Fictionalisation of a popular leader is not dissent; it’s an evasion that feeds the conscience. India is an electoral autocracy for those who misread conviction politics as practised by Modi, exuding strength and determination. He is his own High Command, and he fights for his belief: power alone brings change. That itself is a huge cultural shift in a country that puts a moral premium on the struggle for power, which has been made inferior to the struggle against power.
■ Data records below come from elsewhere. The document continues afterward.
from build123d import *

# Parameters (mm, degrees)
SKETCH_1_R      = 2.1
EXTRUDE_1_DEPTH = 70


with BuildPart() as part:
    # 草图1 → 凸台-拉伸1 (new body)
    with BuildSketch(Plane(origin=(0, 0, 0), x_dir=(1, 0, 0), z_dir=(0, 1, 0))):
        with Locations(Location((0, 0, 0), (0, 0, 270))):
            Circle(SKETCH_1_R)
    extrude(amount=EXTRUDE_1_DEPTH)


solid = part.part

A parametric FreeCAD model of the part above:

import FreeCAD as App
import Part
import Sketcher

V = App.Vector
Q = App.Units.Quantity

doc = App.newDocument("Part")
params = doc.addObject("Spreadsheet::Sheet", "Params")
for row, (alias, value) in enumerate([
    ("sketch1_diameter", "4.2 mm"),
    ("pad1_length", "70 mm"),
], start=1):
    params.set(f"A{row}", alias)
    params.set(f"B{row}", "=" + value)
    params.setAlias(f"B{row}", alias)

body = doc.addObject("PartDesign::Body", "Body")

sketch1 = body.newObject("Sketcher::SketchObject", "Sketch")
sketch1.AttachmentSupport = (doc.getObject("XZ_Plane"), [""])
sketch1.MapMode = "FlatFace"
sketch1.addGeometry(Part.Circle(V(0, 0, 0), V(0, 0, 1), 2.1), False)
sketch1.addConstraint([
    Sketcher.Constraint("Coincident", 0, 3, -1, 1),
    Sketcher.Constraint("Diameter", 0, Q("4.2 mm")),
])
sketch1.setExpression("Constraints[1]", "Params.sketch1_diameter")
pad1 = body.newObject("PartDesign::Pad", "Pad")
pad1.Profile = sketch1
pad1.setExpression("Length", "Params.pad1_length")
pad1.Reversed = True

doc.recompute()
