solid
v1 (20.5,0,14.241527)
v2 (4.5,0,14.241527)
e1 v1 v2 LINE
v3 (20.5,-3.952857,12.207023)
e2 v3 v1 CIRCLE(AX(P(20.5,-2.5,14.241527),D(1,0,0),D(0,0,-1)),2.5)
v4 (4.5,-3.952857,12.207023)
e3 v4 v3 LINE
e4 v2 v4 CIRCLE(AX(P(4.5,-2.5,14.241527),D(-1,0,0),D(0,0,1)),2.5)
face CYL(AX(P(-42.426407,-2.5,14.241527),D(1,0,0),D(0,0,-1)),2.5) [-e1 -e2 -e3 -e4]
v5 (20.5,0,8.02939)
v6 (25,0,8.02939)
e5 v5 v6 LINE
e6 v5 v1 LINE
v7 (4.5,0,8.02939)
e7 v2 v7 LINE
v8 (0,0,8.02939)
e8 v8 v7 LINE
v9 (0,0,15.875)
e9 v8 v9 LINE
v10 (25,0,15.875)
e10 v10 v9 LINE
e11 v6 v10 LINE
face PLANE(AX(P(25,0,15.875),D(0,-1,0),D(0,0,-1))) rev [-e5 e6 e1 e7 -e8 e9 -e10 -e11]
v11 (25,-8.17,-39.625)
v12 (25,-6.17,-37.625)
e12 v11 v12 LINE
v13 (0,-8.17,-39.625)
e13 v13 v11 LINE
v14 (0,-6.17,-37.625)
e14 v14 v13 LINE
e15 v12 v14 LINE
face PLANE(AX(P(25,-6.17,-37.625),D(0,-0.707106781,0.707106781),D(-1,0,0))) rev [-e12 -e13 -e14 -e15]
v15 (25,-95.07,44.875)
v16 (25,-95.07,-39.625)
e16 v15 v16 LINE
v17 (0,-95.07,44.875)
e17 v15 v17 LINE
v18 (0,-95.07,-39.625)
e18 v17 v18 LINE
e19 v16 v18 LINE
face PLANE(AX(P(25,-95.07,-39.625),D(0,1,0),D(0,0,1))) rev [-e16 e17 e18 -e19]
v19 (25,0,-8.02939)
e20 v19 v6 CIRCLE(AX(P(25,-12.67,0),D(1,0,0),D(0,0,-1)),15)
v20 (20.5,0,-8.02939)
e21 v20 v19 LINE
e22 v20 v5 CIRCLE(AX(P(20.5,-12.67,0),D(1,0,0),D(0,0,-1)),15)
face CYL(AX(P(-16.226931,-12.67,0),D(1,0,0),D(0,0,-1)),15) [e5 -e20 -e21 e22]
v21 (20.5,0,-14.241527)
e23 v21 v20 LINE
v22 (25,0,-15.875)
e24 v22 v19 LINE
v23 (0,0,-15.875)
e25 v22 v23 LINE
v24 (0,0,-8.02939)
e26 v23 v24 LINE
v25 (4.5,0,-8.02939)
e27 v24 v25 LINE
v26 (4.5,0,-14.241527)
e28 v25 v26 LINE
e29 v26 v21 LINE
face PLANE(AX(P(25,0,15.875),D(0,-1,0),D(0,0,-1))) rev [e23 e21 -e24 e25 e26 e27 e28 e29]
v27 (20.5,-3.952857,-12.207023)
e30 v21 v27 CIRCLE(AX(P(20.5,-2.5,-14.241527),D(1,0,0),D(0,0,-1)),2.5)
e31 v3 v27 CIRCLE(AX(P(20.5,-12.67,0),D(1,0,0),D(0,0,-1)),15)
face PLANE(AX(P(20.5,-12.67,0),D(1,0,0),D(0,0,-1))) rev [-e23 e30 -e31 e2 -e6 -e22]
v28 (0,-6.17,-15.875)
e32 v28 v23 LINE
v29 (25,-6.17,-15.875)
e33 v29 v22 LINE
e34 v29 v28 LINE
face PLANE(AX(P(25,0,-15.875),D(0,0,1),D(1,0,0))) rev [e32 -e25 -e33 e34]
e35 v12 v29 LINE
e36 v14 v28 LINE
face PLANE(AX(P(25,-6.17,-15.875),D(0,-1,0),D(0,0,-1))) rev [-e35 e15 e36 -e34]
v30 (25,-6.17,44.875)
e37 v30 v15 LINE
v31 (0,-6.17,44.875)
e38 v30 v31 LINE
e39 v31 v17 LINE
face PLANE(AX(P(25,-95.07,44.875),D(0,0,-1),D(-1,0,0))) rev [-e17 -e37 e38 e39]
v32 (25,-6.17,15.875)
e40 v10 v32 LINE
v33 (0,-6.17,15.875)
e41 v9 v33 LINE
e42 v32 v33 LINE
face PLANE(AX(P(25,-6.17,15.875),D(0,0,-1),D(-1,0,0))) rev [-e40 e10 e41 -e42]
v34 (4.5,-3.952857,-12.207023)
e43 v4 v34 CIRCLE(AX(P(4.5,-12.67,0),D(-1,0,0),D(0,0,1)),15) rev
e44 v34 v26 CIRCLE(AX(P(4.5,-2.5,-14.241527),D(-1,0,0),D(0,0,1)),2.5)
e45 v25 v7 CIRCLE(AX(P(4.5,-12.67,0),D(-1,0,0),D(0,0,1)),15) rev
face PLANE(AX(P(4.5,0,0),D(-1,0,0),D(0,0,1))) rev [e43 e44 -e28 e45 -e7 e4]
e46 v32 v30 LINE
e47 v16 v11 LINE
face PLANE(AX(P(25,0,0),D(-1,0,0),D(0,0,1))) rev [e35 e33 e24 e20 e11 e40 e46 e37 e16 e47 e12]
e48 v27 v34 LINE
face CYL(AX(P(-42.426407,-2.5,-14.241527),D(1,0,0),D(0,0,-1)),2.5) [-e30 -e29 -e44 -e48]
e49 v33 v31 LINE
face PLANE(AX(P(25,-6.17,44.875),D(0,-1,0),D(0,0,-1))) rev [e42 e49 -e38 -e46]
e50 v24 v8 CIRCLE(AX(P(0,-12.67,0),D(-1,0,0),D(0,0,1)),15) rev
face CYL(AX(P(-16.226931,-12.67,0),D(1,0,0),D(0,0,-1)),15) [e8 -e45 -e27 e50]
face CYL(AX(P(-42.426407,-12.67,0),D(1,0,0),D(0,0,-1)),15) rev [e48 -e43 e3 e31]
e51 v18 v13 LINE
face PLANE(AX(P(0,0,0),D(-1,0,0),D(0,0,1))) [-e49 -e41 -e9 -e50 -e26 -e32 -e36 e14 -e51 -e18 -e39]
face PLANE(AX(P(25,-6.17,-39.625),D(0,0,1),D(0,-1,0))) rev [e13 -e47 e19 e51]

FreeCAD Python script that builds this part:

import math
import FreeCAD as App
import Part
import Sketcher

V = App.Vector
Q = App.Units.Quantity


def edges_at(feature, points):
    """Names of the edges that pass closest to the given points."""
    edges = feature.Shape.Edges
    near = lambda p: min(range(len(edges)), key=lambda i: edges[i].distToShape(Part.Vertex(*p))[0])
    return sorted({f"Edge{near(p) + 1}" for p in points})

doc = App.newDocument("Part")
body = doc.addObject("PartDesign::Body", "Body")

sketch1 = body.newObject("Sketcher::SketchObject", "Sketch")
sketch1.AttachmentSupport = (doc.getObject("YZ_Plane"), [""])
sketch1.MapMode = "FlatFace"
sketch1.addGeometry(Part.LineSegment(V(-6, 45, 0), V(-95, 45, 0)), False)
sketch1.addGeometry(Part.LineSegment(V(-95, 45, 0), V(-95, -40, 0)), False)
sketch1.addGeometry(Part.LineSegment(V(-95, -40, 0), V(-6, -40, 0)), False)
sketch1.addGeometry(Part.LineSegment(V(-6, -40, 0), V(-6, -16, 0)), False)
sketch1.addGeometry(Part.LineSegment(V(-6, -16, 0), V(0, -16, 0)), False)
sketch1.addGeometry(Part.LineSegment(V(0, -16, 0), V(0, 16, 0)), False)
sketch1.addGeometry(Part.LineSegment(V(0, 16, 0), V(-6, 16, 0)), False)
sketch1.addGeometry(Part.LineSegment(V(-6, 16, 0), V(-6, 45, 0)), False)
sketch1.addConstraint(Sketcher.Constraint("Coincident", 0, 2, 1, 1))
sketch1.addConstraint(Sketcher.Constraint("Coincident", 1, 2, 2, 1))
sketch1.addConstraint(Sketcher.Constraint("Coincident", 2, 2, 3, 1))
sketch1.addConstraint(Sketcher.Constraint("Coincident", 3, 2, 4, 1))
sketch1.addConstraint(Sketcher.Constraint("Coincident", 4, 2, 5, 1))
sketch1.addConstraint(Sketcher.Constraint("Coincident", 5, 2, 6, 1))
sketch1.addConstraint(Sketcher.Constraint("Coincident", 6, 2, 7, 1))
sketch1.addConstraint(Sketcher.Constraint("Coincident", 7, 2, 0, 1))
sketch1.addConstraint(Sketcher.Constraint("Horizontal", 0))
sketch1.addConstraint(Sketcher.Constraint("Vertical", 1))
sketch1.addConstraint(Sketcher.Constraint("Horizontal", 2))
sketch1.addConstraint(Sketcher.Constraint("Vertical", 3))
sketch1.addConstraint(Sketcher.Constraint("Horizontal", 4))
sketch1.addConstraint(Sketcher.Constraint("Vertical", 5))
sketch1.addConstraint(Sketcher.Constraint("Horizontal", 6))
sketch1.addConstraint(Sketcher.Constraint("Vertical", 7))
sketch1.addConstraint(Sketcher.Constraint("Symmetric", 4, 2, 5, 2, -1, 1))
sketch1.addConstraint(Sketcher.Constraint("Vertical", 3, 2, 6, 2))
sketch1.addConstraint(Sketcher.Constraint("DistanceY", 7, 1, 7, 2, Q("29 mm")))
sketch1.addConstraint(Sketcher.Constraint("DistanceX", 0, 2, 0, 1, Q("88.9 mm")))
sketch1.addConstraint(Sketcher.Constraint("DistanceY", 1, 2, 1, 1, Q("84.5 mm")))
sketch1.addConstraint(Sketcher.Constraint("DistanceX", 4, 1, 4, 2, Q("6.17 mm")))
sketch1.addConstraint(Sketcher.Constraint("DistanceY", 3, 1, 3, 2, Q("23.75 mm")))
pad1 = body.newObject("PartDesign::Pad", "Pad")
pad1.Profile = sketch1
pad1.Length = 25

sketch2 = body.newObject("Sketcher::SketchObject", "Sketch001")
sketch2.AttachmentSupport = (doc.getObject("YZ_Plane"), [""])
sketch2.MapMode = "FlatFace"
sketch2.AttachmentOffset = App.Placement(V(0, 0, 25), App.Rotation())
sketch2.addGeometry(Part.LineSegment(V(0, 8, 0), V(0, -8, 0)), False)
sketch2.addGeometry(Part.ArcOfCircle(Part.Circle(V(-13, 0, 0), V(0, 0, 1), 15), math.radians(-32), math.radians(32)), False)
sketch2.addConstraint(Sketcher.Constraint("Coincident", 0, 1, 1, 2))
sketch2.addConstraint(Sketcher.Constraint("Coincident", 1, 1, 0, 2))
sketch2.addConstraint(Sketcher.Constraint("Vertical", 0))
sketch2.addConstraint(Sketcher.Constraint("Symmetric", 0, 1, 1, 1, -1, 1))
sketch2.addConstraint(Sketcher.Constraint("Radius", 1, Q("15 mm")))
sketch2.addConstraint(Sketcher.Constraint("DistanceX", 1, 3, -1, 1, Q("12.67 mm")))
pad2 = body.newObject("PartDesign::Pad", "Pad001")
pad2.Profile = sketch2
pad2.Length = 25
pad2.Reversed = True

sketch3 = body.newObject("Sketcher::SketchObject", "Sketch002")
sketch3.AttachmentSupport = (doc.getObject("YZ_Plane"), [""])
sketch3.MapMode = "FlatFace"
sketch3.AttachmentOffset = App.Placement(V(0, 0, 20.5), App.Rotation())
sketch3.addGeometry(Part.Circle(V(-13, 0, 0), V(0, 0, 1), 15), False)
sketch3.addConstraint(Sketcher.Constraint("PointOnObject", 0, 3, -1))
sketch3.addConstraint(Sketcher.Constraint("Diameter", 0, Q("30 mm")))
sketch3.addConstraint(Sketcher.Constraint("DistanceX", 0, 3, -1, 1, Q("12.67 mm")))
pocket1 = body.newObject("PartDesign::Pocket", "Pocket")
pocket1.Profile = sketch3
pocket1.Length = 16
doc.recompute()

chamfer = body.newObject("PartDesign::Chamfer", "Chamfer")
chamfer.Base = (pocket1, edges_at(pocket1, [(12.5, -6.17, -39.625)]))
chamfer.Size = 2
doc.recompute()

fillet = body.newObject("PartDesign::Fillet", "Fillet")
fillet.Base = (chamfer, edges_at(chamfer, [(12.5, 0, -8.029), (12.5, 0, 8.029)]))
fillet.Radius = 2.5

doc.recompute()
Those who charge Modi’s India with extra-constitutionalism mistake adherence for absolutism. Take the abrogation of Article 370, still cited by some as a majoritarian transgression. Why can’t we read it as a case of ruthless constitutionalism for the higher cause of national integration? If India is going to have a Uniform Civil Code soon, it can only be about living up to the ideals of constitutional equality. Compromised institutions? In India judges are selected by judges. An opposition chief minister singled out for investigation and confinement? Can’t we instead tell the more compelling story of the evolutionary arc of AAP’s apolitical politics? Of how a movement born in the romance of Gandhian resistance has become a confederacy of the corrupt? Looks like Endangered India has a different set of stakeholders, and Modi is certainly not one of them.
Maybe it’s no longer a battle for the national soul. Hasn’t that battle already been won? And the winner still enjoys the biggest vote of trust in a democracy because power has only intensified the campaign for the future. Thankfully, the India of the past is just an acronym.